Judge hears arguments from NCAA, Paterno estate
Judge John Leete’s long exposure to the parties in the Paterno estate lawsuit against the NCAA and others let him sum the whole case up in one succinct sentence as he heard oral arguments in the case on Wednesday.
“Everyone seems to accuse everyone else of something in this case,” he said.
That remark came as NCAA attorney Brian Kowalski brought complaints about two plaintiffs in the lawsuit, former assistant coaches Jay Paterno and Bill Kenney, not being as forthcoming with discovery as the NCAA would like.
The plaintiffs have likewise accused the defendants, including Penn State, which was released as a nominal defendant in July, and third-party law firm Pepper Hamilton, of not producing documents when asked.
As about ten lawyers clustered at tables in front of the Potter County senior judge, while he borrowed Centre County Judge Pamela A. Ruest’s courtroom, the accusations continued.
Kowalski renewed the NCAA’s demands for plaintiffs to turn over information, such as draft copies and notes from Paterno’s memoir about growing up the son of football legend Joe Paterno and how that career ended amid the scandal of Jerry Sandusky’s child sex abuse. Kowalski cited the thousands upon thousands of documents turned over by the NCAA, Penn State and Pepper Hamilton.
“One would probably expect an individual to produce far less documents than those entities. What do you think you aren’t getting?” asked Leete.
Kowalski noted that text messages had originally been requested but were said to be unavailable. Then 100 text messages were discovered and turned over.
Plaintiff attorney Patricia Maher said that is an example of compliance with the discovery requests, not evasion of them, claiming that the original denial was made by a different firm but that her office had been able to locate more communications through the service provider and turn them over.
Maher in return accused the NCAA of a “fishing expedition” with repeated requests for information about the memoir, claiming the first requests actually predated publication.
“We believe we are entitled,” said Kowalski. “We think it is all absolutely relevant.”
Leete seemed to question that.
“It’s not ‘You produced X and they must produce Y,’ ” he said. “That’s not how the law works.”
The NCAA also wanted information about Paterno’s short-lived candidacy for lieutenant governor, requesting polls and analysis of his appeal to voters, which Kowalski said would go to the defamation claims.
Maher conceded that if there were communications that related to that aspect, they would be relevant but did not say that such documents did exist.

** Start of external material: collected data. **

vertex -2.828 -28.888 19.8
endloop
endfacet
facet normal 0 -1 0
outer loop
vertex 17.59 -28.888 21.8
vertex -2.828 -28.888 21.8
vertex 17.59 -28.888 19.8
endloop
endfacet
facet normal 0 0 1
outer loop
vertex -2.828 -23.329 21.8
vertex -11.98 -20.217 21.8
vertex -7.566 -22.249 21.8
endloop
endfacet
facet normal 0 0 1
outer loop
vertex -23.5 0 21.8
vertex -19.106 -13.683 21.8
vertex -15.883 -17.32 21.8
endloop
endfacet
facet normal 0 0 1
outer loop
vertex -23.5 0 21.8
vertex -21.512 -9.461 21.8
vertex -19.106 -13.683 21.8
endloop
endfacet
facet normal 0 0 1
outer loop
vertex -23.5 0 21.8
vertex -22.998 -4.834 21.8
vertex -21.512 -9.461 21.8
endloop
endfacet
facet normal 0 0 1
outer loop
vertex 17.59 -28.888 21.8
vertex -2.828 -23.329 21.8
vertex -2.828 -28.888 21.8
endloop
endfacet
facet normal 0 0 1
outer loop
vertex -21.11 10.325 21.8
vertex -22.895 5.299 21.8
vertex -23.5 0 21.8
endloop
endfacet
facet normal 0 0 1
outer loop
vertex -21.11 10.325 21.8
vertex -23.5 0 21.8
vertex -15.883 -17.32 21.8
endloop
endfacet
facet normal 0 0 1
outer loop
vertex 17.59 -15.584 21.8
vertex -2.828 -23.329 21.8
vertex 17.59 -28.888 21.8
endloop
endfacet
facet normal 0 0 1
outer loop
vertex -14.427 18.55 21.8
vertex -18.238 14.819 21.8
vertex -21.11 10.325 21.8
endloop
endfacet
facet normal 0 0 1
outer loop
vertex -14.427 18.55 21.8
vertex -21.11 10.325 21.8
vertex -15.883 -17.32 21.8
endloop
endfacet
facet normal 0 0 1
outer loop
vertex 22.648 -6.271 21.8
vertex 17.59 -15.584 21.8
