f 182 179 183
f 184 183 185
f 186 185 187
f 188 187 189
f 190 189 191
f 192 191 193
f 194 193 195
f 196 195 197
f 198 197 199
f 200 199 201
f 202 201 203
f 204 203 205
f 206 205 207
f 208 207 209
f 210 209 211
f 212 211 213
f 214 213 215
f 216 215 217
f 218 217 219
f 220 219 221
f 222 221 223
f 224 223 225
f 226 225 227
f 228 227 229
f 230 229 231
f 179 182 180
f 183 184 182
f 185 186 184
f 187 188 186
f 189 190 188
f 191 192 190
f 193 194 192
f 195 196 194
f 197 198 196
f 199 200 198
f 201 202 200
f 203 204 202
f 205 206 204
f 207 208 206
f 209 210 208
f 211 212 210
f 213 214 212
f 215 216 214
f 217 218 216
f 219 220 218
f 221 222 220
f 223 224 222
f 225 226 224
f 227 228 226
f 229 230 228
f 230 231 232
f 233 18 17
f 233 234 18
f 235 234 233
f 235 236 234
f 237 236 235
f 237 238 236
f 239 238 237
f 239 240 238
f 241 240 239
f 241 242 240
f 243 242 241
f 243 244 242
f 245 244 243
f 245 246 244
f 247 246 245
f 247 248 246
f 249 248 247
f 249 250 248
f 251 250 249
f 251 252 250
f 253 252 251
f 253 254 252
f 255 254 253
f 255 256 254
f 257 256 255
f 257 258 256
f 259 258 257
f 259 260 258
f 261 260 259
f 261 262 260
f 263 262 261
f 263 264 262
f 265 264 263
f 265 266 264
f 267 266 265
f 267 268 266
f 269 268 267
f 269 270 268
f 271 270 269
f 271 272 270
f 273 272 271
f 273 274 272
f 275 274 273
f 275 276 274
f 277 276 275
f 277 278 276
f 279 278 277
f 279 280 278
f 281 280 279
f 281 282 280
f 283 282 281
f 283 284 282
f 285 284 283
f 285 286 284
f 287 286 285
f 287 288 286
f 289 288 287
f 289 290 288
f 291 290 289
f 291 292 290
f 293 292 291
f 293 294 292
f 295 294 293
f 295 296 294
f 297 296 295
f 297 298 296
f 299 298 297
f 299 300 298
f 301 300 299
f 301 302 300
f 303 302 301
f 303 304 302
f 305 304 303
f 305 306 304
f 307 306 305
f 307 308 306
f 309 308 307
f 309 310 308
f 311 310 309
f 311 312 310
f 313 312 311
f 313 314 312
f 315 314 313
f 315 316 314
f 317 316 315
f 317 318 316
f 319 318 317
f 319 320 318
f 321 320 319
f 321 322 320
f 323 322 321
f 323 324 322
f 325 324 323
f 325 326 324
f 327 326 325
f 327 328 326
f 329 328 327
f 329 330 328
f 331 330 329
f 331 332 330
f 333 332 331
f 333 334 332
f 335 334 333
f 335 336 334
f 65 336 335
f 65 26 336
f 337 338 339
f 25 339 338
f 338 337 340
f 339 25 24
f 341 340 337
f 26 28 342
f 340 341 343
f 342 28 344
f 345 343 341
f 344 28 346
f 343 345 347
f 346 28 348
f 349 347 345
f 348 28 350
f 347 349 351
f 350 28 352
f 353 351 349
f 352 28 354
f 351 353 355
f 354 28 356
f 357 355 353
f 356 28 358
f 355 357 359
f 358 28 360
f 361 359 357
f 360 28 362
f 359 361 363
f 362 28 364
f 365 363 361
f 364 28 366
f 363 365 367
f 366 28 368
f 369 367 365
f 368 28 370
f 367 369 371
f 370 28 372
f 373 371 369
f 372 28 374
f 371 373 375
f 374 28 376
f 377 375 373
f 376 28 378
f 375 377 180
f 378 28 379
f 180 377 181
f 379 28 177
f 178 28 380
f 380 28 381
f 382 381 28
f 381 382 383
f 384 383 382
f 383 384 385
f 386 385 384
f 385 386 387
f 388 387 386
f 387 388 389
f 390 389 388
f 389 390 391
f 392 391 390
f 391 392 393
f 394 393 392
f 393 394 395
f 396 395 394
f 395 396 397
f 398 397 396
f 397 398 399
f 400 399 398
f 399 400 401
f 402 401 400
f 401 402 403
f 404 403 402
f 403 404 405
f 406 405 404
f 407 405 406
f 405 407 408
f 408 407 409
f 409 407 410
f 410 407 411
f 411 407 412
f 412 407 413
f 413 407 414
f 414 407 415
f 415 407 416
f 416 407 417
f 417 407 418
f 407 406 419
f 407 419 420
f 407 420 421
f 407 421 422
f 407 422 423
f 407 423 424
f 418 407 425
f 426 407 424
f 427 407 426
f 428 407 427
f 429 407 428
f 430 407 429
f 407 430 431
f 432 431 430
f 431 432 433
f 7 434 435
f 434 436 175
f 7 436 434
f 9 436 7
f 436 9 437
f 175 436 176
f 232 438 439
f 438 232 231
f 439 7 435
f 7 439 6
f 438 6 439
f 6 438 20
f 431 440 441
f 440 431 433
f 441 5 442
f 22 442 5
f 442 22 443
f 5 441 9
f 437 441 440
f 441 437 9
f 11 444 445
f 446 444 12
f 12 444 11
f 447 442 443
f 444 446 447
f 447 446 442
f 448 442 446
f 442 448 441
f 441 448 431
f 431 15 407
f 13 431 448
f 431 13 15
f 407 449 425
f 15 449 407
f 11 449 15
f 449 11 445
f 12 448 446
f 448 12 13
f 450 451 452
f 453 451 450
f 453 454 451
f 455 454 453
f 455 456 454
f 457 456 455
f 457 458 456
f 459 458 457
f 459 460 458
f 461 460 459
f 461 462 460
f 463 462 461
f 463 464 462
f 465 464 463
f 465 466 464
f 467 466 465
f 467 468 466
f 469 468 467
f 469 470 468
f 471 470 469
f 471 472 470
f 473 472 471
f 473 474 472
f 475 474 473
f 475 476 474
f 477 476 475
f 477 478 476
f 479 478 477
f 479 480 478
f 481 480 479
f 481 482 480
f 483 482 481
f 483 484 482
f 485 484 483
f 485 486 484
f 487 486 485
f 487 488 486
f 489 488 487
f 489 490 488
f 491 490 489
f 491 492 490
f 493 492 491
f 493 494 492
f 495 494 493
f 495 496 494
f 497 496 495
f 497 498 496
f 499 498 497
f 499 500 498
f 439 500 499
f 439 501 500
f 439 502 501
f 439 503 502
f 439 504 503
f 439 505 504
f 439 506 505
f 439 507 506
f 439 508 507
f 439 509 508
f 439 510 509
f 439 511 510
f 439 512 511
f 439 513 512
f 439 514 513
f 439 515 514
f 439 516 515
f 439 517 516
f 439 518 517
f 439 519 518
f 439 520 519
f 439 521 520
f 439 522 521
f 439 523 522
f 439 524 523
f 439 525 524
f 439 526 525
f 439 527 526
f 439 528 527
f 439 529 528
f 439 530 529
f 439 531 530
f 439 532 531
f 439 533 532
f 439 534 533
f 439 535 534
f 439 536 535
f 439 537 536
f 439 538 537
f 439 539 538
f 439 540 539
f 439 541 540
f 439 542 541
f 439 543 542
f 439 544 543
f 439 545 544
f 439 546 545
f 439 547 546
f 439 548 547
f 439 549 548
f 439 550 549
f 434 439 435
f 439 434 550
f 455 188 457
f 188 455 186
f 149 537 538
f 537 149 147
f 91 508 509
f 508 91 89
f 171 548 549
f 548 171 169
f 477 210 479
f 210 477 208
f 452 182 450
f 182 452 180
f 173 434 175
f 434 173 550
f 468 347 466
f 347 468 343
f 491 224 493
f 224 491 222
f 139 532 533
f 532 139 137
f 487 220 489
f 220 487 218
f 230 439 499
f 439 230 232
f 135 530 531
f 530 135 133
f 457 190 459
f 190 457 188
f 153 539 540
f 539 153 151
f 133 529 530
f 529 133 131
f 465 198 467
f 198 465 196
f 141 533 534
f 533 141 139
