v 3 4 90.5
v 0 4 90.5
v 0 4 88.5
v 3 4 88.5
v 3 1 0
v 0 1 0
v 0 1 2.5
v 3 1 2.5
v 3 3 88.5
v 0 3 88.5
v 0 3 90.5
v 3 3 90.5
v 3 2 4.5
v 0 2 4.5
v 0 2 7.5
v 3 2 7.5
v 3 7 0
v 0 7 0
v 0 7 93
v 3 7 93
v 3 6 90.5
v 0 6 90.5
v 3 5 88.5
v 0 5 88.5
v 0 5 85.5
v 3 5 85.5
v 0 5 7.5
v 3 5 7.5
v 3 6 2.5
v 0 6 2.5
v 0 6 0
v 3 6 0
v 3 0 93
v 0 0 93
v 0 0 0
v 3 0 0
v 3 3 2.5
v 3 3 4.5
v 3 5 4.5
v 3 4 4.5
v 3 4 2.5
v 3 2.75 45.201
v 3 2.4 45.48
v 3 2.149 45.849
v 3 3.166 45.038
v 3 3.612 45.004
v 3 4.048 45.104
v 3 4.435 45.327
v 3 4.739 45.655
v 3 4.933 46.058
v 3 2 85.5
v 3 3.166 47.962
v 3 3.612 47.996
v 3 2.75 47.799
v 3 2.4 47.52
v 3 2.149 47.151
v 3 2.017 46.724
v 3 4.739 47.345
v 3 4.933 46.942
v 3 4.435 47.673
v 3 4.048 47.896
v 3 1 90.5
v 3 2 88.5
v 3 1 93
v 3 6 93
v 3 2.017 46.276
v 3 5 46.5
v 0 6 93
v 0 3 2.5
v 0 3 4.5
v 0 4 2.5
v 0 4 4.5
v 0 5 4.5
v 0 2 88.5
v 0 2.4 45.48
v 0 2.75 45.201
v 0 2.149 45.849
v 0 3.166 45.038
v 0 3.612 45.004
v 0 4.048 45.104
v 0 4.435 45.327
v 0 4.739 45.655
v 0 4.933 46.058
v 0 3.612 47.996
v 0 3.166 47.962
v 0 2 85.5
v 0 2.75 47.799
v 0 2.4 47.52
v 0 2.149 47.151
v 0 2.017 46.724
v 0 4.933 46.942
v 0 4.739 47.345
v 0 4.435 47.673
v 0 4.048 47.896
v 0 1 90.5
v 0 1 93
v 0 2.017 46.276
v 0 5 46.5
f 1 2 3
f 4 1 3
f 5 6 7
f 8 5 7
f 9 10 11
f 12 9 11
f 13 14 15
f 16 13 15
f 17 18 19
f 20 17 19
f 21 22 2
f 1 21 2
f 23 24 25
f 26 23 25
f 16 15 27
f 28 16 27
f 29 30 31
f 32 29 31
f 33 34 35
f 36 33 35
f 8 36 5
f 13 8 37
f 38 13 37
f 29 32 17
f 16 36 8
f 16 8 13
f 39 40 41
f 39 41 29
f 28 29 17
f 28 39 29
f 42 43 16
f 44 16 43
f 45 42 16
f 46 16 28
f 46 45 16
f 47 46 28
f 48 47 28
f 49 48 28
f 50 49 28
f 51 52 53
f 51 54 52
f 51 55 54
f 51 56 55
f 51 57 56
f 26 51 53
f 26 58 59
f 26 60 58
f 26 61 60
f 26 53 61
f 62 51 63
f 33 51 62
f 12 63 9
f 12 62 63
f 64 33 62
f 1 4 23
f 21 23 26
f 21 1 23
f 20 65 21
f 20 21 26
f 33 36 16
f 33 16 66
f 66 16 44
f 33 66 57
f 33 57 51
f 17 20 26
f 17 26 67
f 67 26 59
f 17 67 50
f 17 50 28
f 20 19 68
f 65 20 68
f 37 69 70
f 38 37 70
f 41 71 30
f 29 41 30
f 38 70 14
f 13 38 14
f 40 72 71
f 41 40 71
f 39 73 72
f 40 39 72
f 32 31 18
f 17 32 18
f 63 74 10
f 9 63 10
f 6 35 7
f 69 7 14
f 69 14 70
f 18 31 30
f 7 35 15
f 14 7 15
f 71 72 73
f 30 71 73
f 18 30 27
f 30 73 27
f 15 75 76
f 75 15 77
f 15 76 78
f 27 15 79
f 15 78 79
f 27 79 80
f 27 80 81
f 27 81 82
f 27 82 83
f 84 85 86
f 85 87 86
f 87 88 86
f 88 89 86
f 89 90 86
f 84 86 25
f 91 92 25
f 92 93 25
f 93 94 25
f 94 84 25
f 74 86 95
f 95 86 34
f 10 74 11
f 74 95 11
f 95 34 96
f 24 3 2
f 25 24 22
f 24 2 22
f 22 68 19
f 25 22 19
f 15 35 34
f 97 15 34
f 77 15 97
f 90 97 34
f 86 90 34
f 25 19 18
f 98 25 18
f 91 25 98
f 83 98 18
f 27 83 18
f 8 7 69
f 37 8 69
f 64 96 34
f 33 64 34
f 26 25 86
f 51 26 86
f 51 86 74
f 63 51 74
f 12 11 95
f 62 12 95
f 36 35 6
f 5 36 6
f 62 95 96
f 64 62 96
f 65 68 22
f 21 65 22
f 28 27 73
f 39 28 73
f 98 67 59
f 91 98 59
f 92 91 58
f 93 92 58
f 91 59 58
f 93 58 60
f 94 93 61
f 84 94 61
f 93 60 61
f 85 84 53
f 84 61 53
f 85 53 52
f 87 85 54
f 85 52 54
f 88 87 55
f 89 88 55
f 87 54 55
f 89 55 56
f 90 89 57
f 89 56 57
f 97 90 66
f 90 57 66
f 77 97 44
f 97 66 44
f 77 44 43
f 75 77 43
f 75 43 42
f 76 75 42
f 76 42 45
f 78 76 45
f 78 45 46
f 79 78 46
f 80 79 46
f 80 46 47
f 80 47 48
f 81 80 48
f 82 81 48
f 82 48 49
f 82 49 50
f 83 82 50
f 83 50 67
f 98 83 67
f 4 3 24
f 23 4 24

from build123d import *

# Parameters (mm, degrees)
F1_DEPTH = 3
F2_R     = 1.5
F3_DEPTH = 3.001


with BuildPart() as f1:
    # F0 (on Right) → F1 (new body)
    with BuildSketch(Plane.YZ):
        Polygon((0, 93), (0, 0), (1, 0), (1, 2.5), (3, 2.5), (3, 4.5), (2, 4.5), (2, 7.5), (5, 7.5), (5, 4.5), (4, 4.5), (4, 2.5), (6, 2.5), (6, 0), (7, 0), (7, 93), (6, 93), (6, 90.5), (4, 90.5), (4, 88.5), (5, 88.5), (5, 85.5), (2, 85.5), (2, 88.5), (3, 88.5), (3, 90.5), (1, 90.5), (1, 93), align=None)
    extrude(amount=F1_DEPTH)

    # F2 (on face) → F3 (cut, through all)
    with BuildSketch(Plane.YZ.offset(3)):
        with Locations((3.5, 46.5)):
            Circle(F2_R)
    extrude(amount=-F3_DEPTH, mode=Mode.SUBTRACT)


solid = f1.part
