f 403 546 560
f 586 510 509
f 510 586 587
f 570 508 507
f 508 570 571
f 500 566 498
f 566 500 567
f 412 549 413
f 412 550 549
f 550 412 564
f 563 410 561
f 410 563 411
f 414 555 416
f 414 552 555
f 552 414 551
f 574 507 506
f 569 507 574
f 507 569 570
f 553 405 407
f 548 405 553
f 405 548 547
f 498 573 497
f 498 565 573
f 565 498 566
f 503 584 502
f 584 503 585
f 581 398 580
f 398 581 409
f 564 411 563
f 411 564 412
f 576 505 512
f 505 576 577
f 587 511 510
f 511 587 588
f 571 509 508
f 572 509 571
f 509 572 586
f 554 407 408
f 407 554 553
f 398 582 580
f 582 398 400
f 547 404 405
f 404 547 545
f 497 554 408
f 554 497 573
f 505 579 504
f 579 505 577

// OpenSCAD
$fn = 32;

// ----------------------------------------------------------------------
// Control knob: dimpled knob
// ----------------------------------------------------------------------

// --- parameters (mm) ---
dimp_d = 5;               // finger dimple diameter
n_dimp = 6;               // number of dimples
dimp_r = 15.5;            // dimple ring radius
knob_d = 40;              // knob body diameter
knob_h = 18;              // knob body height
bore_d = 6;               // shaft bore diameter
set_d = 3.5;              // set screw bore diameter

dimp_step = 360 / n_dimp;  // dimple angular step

What she said did not exist were documents that related to the consent decree between Penn State and the NCAA, the basis of the post-Sandusky sanctions, or anything about Jerry Sandusky. In fact, of about 30 categories of discovery requested, Maher said that most of them did not actually apply to Paterno and Kenney, leading to the comparatively small number of documents produced, including tax returns, financial data and job search information.
What Penn State wanted in court was to get something back. The university inadvertently turned over more than 120 interview notes and draft chapters of the Freeh report to the plaintiffs over the summer, and is now asking to have them returned.
Maher argued that the same documents had been turned over by Pepper Hamilton, but stamped with a “highly confidential, attorney eyes only” designation, as had 140,000 pages turned over by the law firm that merged with the law group of former FBI director and federal judge Louis Freeh, the man contracted to conduct the inquiry into the Sandusky events.
Pepper Hamilton and Penn State have both contested the subpoenas asking for documents from the firm, but Leete has repeatedly ruled against them, including his most recent May ruling. Pepper Hamilton is asking the Superior Court for relief, but until that happens, Leete said his ruling to produce discovery stands.
Maher said she views that blanket use of the “highly confidential” designation to be an attempt to skirt that ruling and asked it be struck.
Leete said he was as concerned by the broad use of the categorization as he was with the equally broad attempt to dismiss it.
No decisions were rendered Wednesday, but Leete did ask the parties to weigh in on a schedule which would push the ongoing lawsuit toward a conclusion.